== Supplied material
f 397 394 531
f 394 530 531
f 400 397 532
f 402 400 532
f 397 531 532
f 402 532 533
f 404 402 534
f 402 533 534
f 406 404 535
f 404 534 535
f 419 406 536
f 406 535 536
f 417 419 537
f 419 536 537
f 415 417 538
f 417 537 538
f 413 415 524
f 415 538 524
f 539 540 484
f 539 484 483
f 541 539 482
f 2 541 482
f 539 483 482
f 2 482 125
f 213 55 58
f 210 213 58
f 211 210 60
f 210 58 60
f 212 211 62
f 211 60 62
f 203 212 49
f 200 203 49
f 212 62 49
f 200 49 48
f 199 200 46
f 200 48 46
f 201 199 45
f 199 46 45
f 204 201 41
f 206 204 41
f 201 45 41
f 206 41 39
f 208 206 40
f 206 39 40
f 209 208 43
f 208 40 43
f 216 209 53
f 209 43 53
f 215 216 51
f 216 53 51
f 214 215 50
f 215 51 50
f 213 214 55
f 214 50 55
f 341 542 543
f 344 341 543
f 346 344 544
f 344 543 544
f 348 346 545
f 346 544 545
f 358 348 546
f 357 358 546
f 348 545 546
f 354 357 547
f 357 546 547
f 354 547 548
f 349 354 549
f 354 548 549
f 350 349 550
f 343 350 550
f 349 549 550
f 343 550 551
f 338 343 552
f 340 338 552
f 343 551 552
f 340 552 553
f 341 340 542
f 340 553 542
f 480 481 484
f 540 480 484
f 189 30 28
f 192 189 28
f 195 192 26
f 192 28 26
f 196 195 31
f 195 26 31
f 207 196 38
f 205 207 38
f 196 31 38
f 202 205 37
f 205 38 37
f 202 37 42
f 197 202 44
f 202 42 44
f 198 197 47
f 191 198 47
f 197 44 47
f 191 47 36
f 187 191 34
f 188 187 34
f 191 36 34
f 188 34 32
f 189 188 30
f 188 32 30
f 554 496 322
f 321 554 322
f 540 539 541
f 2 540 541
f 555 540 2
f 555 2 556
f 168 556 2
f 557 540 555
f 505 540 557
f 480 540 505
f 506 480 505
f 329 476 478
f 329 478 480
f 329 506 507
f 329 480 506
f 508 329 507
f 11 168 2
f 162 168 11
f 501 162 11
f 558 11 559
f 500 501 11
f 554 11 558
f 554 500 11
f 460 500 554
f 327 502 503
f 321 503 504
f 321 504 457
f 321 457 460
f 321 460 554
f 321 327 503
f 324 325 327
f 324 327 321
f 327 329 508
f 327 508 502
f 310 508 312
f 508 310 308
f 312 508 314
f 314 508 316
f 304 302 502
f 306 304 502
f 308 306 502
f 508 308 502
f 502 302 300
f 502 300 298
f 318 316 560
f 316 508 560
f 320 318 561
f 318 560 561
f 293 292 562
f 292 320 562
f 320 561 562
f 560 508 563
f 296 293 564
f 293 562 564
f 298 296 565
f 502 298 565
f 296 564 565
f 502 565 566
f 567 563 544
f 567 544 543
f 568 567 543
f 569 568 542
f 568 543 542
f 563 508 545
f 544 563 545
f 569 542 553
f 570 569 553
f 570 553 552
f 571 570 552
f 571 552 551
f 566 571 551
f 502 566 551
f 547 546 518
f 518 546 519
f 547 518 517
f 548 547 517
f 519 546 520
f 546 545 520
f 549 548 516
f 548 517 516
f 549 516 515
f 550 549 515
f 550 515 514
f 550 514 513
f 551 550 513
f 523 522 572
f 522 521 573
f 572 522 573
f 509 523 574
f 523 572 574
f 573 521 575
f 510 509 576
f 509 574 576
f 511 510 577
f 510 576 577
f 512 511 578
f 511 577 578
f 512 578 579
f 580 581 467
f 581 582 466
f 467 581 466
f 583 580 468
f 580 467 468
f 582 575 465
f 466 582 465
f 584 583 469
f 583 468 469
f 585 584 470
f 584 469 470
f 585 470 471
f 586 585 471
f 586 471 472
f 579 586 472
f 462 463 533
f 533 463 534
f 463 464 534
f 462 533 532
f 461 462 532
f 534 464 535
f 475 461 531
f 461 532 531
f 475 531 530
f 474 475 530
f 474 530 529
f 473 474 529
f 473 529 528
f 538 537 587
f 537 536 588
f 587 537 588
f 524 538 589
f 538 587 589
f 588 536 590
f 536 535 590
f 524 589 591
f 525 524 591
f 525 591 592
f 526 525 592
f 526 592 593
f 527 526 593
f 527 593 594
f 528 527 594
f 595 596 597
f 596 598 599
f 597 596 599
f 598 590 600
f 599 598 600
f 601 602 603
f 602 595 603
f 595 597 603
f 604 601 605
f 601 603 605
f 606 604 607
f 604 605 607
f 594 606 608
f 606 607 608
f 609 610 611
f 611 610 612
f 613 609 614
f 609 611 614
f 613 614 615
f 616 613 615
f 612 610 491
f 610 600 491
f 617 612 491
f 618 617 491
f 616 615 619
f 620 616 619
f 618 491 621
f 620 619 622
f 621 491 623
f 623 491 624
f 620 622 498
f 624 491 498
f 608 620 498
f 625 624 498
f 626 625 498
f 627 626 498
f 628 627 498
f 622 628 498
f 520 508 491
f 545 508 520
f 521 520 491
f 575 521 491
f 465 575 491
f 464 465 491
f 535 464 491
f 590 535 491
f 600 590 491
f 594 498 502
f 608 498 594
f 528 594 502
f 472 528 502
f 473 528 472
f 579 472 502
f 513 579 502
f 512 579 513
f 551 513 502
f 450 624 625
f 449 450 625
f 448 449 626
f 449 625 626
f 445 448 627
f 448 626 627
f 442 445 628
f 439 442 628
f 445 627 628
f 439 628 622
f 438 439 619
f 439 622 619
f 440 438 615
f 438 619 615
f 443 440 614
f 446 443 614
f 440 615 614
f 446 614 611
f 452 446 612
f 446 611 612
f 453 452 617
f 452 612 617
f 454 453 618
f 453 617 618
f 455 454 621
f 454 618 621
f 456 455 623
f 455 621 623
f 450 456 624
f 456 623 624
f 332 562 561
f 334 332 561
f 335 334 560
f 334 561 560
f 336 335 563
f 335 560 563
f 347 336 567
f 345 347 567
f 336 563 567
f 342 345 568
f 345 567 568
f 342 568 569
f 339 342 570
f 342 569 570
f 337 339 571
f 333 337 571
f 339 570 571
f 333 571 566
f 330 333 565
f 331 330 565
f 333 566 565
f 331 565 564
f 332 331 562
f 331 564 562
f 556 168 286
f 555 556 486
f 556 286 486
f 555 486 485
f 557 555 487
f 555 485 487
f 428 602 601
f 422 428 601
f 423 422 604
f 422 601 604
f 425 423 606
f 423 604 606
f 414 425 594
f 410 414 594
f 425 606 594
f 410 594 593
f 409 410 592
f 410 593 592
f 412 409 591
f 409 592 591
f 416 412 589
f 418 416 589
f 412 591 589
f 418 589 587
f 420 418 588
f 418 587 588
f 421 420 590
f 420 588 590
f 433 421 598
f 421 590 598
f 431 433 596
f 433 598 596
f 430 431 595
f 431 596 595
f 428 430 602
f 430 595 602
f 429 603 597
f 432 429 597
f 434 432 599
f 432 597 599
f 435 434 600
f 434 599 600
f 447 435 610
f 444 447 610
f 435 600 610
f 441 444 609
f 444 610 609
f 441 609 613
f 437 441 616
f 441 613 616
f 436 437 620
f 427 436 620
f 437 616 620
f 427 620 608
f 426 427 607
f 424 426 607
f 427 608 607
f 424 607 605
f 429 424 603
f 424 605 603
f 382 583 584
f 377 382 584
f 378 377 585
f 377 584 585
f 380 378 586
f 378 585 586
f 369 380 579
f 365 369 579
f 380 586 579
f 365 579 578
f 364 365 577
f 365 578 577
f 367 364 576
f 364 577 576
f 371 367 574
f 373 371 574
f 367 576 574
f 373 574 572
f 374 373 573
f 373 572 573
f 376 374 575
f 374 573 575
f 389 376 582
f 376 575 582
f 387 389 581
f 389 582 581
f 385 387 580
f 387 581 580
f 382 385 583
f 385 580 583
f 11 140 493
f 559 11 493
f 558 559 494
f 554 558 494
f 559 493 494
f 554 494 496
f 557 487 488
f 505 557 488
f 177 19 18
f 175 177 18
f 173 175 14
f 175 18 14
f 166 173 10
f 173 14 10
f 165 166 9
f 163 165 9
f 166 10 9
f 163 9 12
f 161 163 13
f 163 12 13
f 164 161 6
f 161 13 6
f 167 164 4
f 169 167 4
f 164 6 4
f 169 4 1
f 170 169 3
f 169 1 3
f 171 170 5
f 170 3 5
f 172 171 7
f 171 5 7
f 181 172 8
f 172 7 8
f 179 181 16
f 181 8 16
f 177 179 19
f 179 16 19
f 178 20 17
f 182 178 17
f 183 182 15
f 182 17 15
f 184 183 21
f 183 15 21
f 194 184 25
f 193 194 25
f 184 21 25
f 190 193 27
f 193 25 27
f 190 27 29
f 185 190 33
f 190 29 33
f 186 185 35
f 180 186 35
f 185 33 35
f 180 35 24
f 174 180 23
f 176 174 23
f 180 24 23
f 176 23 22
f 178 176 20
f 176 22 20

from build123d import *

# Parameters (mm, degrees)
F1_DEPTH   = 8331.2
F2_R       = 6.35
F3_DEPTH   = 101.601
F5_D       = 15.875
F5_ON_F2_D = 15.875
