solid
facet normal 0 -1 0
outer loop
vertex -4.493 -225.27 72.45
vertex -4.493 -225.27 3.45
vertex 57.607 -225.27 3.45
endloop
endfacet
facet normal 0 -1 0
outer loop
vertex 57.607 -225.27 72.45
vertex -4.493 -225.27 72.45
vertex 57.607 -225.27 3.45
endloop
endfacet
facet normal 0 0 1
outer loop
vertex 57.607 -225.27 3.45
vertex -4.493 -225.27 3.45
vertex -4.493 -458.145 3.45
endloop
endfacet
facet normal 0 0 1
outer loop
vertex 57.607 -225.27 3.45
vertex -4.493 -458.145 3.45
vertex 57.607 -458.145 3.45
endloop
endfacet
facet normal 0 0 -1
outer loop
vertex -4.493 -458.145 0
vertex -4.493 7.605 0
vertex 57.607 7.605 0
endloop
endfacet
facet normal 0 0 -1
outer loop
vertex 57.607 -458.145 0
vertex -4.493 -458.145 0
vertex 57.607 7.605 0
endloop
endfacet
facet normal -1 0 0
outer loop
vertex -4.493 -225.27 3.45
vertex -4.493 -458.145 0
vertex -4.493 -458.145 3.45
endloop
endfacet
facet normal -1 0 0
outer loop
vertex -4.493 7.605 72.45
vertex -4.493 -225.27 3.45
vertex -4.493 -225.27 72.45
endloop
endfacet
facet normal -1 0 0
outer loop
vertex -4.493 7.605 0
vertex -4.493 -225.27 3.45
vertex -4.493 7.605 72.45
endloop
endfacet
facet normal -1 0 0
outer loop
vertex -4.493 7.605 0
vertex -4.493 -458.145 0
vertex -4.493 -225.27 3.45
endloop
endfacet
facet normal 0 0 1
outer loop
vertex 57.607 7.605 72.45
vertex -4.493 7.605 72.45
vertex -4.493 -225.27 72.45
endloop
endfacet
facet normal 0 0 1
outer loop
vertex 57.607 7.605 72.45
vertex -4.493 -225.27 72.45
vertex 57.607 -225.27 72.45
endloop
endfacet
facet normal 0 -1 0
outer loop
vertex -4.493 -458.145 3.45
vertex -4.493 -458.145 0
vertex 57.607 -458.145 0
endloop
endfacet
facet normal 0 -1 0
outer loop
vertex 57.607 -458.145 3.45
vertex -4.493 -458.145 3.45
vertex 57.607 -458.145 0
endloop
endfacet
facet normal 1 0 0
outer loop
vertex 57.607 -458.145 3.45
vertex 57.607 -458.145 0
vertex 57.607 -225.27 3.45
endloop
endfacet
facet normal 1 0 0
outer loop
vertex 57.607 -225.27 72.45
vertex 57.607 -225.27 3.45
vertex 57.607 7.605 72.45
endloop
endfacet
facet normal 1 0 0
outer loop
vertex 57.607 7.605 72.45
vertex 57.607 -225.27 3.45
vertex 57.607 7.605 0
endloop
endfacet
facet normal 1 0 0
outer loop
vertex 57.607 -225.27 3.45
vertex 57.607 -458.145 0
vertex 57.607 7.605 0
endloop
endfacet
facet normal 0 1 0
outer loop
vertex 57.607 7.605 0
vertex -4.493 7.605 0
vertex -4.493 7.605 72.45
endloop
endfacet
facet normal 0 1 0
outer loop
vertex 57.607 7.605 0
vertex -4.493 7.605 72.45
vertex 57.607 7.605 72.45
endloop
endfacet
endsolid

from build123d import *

# Parameters (mm, degrees)
SKETCH_1_W      = 180
SKETCH_1_H      = 1350
EXTRUDE_1_DEPTH = 10
SKETCH_2_W      = 180
SKETCH_2_H      = 675
EXTRUDE_2_DEPTH = 200
SCALE_1_SCALE   = 0.345


with BuildPart() as part:
    # 草图1 → 凸台-拉伸1 (new body)
    with BuildSketch(Plane.XY):
        with Locations((76.977478815, -652.957853403)):
            Rectangle(SKETCH_1_W, SKETCH_1_H)
    extrude(amount=EXTRUDE_1_DEPTH)

    # 草图2 → 凸台-拉伸2 (add)
    with BuildSketch(Plane.XY.offset(10)):
        with Locations((76.977478815, -315.457853403)):
            Rectangle(SKETCH_2_W, SKETCH_2_H)
    extrude(amount=EXTRUDE_2_DEPTH)


with BuildPart() as part_1:
    # 缩放比例1: scaled about (0, 0, 0)
    add(part.part.scale(SCALE_1_SCALE))


solid = part_1.part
====
▸ **Task directions**
Since only part of the listing is wanted, copy exactly the lines from the one holding "f 617 612 491" to the one holding "f 437 441 616", both included.

▸ **Exercise response**
f 617 612 491
f 618 617 491
f 616 615 619
f 620 616 619
f 618 491 621
f 620 619 622
f 621 491 623
f 623 491 624
f 620 622 498
f 624 491 498
f 608 620 498
f 625 624 498
f 626 625 498
f 627 626 498
f 628 627 498
f 622 628 498
f 520 508 491
f 545 508 520
f 521 520 491
f 575 521 491
f 465 575 491
f 464 465 491
f 535 464 491
f 590 535 491
f 600 590 491
f 594 498 502
f 608 498 594
f 528 594 502
f 472 528 502
f 473 528 472
f 579 472 502
f 513 579 502
f 512 579 513
f 551 513 502
f 450 624 625
f 449 450 625
f 448 449 626
f 449 625 626
f 445 448 627
f 448 626 627
f 442 445 628
f 439 442 628
f 445 627 628
f 439 628 622
f 438 439 619
f 439 622 619
f 440 438 615
f 438 619 615
f 443 440 614
f 446 443 614
f 440 615 614
f 446 614 611
f 452 446 612
f 446 611 612
f 453 452 617
f 452 612 617
f 454 453 618
f 453 617 618
f 455 454 621
f 454 618 621
f 456 455 623
f 455 621 623
f 450 456 624
f 456 623 624
f 332 562 561
f 334 332 561
f 335 334 560
f 334 561 560
f 336 335 563
f 335 560 563
f 347 336 567
f 345 347 567
f 336 563 567
f 342 345 568
f 345 567 568
f 342 568 569
f 339 342 570
f 342 569 570
f 337 339 571
f 333 337 571
f 339 570 571
f 333 571 566
f 330 333 565
f 331 330 565
f 333 566 565
f 331 565 564
f 332 331 562
f 331 564 562
f 556 168 286
f 555 556 486
f 556 286 486
f 555 486 485
f 557 555 487
f 555 485 487
f 428 602 601
f 422 428 601
f 423 422 604
f 422 601 604
f 425 423 606
f 423 604 606
f 414 425 594
f 410 414 594
f 425 606 594
f 410 594 593
f 409 410 592
f 410 593 592
f 412 409 591
f 409 592 591
f 416 412 589
f 418 416 589
f 412 591 589
f 418 589 587
f 420 418 588
f 418 587 588
f 421 420 590
f 420 588 590
f 433 421 598
f 421 590 598
f 431 433 596
f 433 598 596
f 430 431 595
f 431 596 595
f 428 430 602
f 430 595 602
f 429 603 597
f 432 429 597
f 434 432 599
f 432 597 599
f 435 434 600
f 434 599 600
f 447 435 610
f 444 447 610
f 435 600 610
f 441 444 609
f 444 610 609
f 441 609 613
f 437 441 616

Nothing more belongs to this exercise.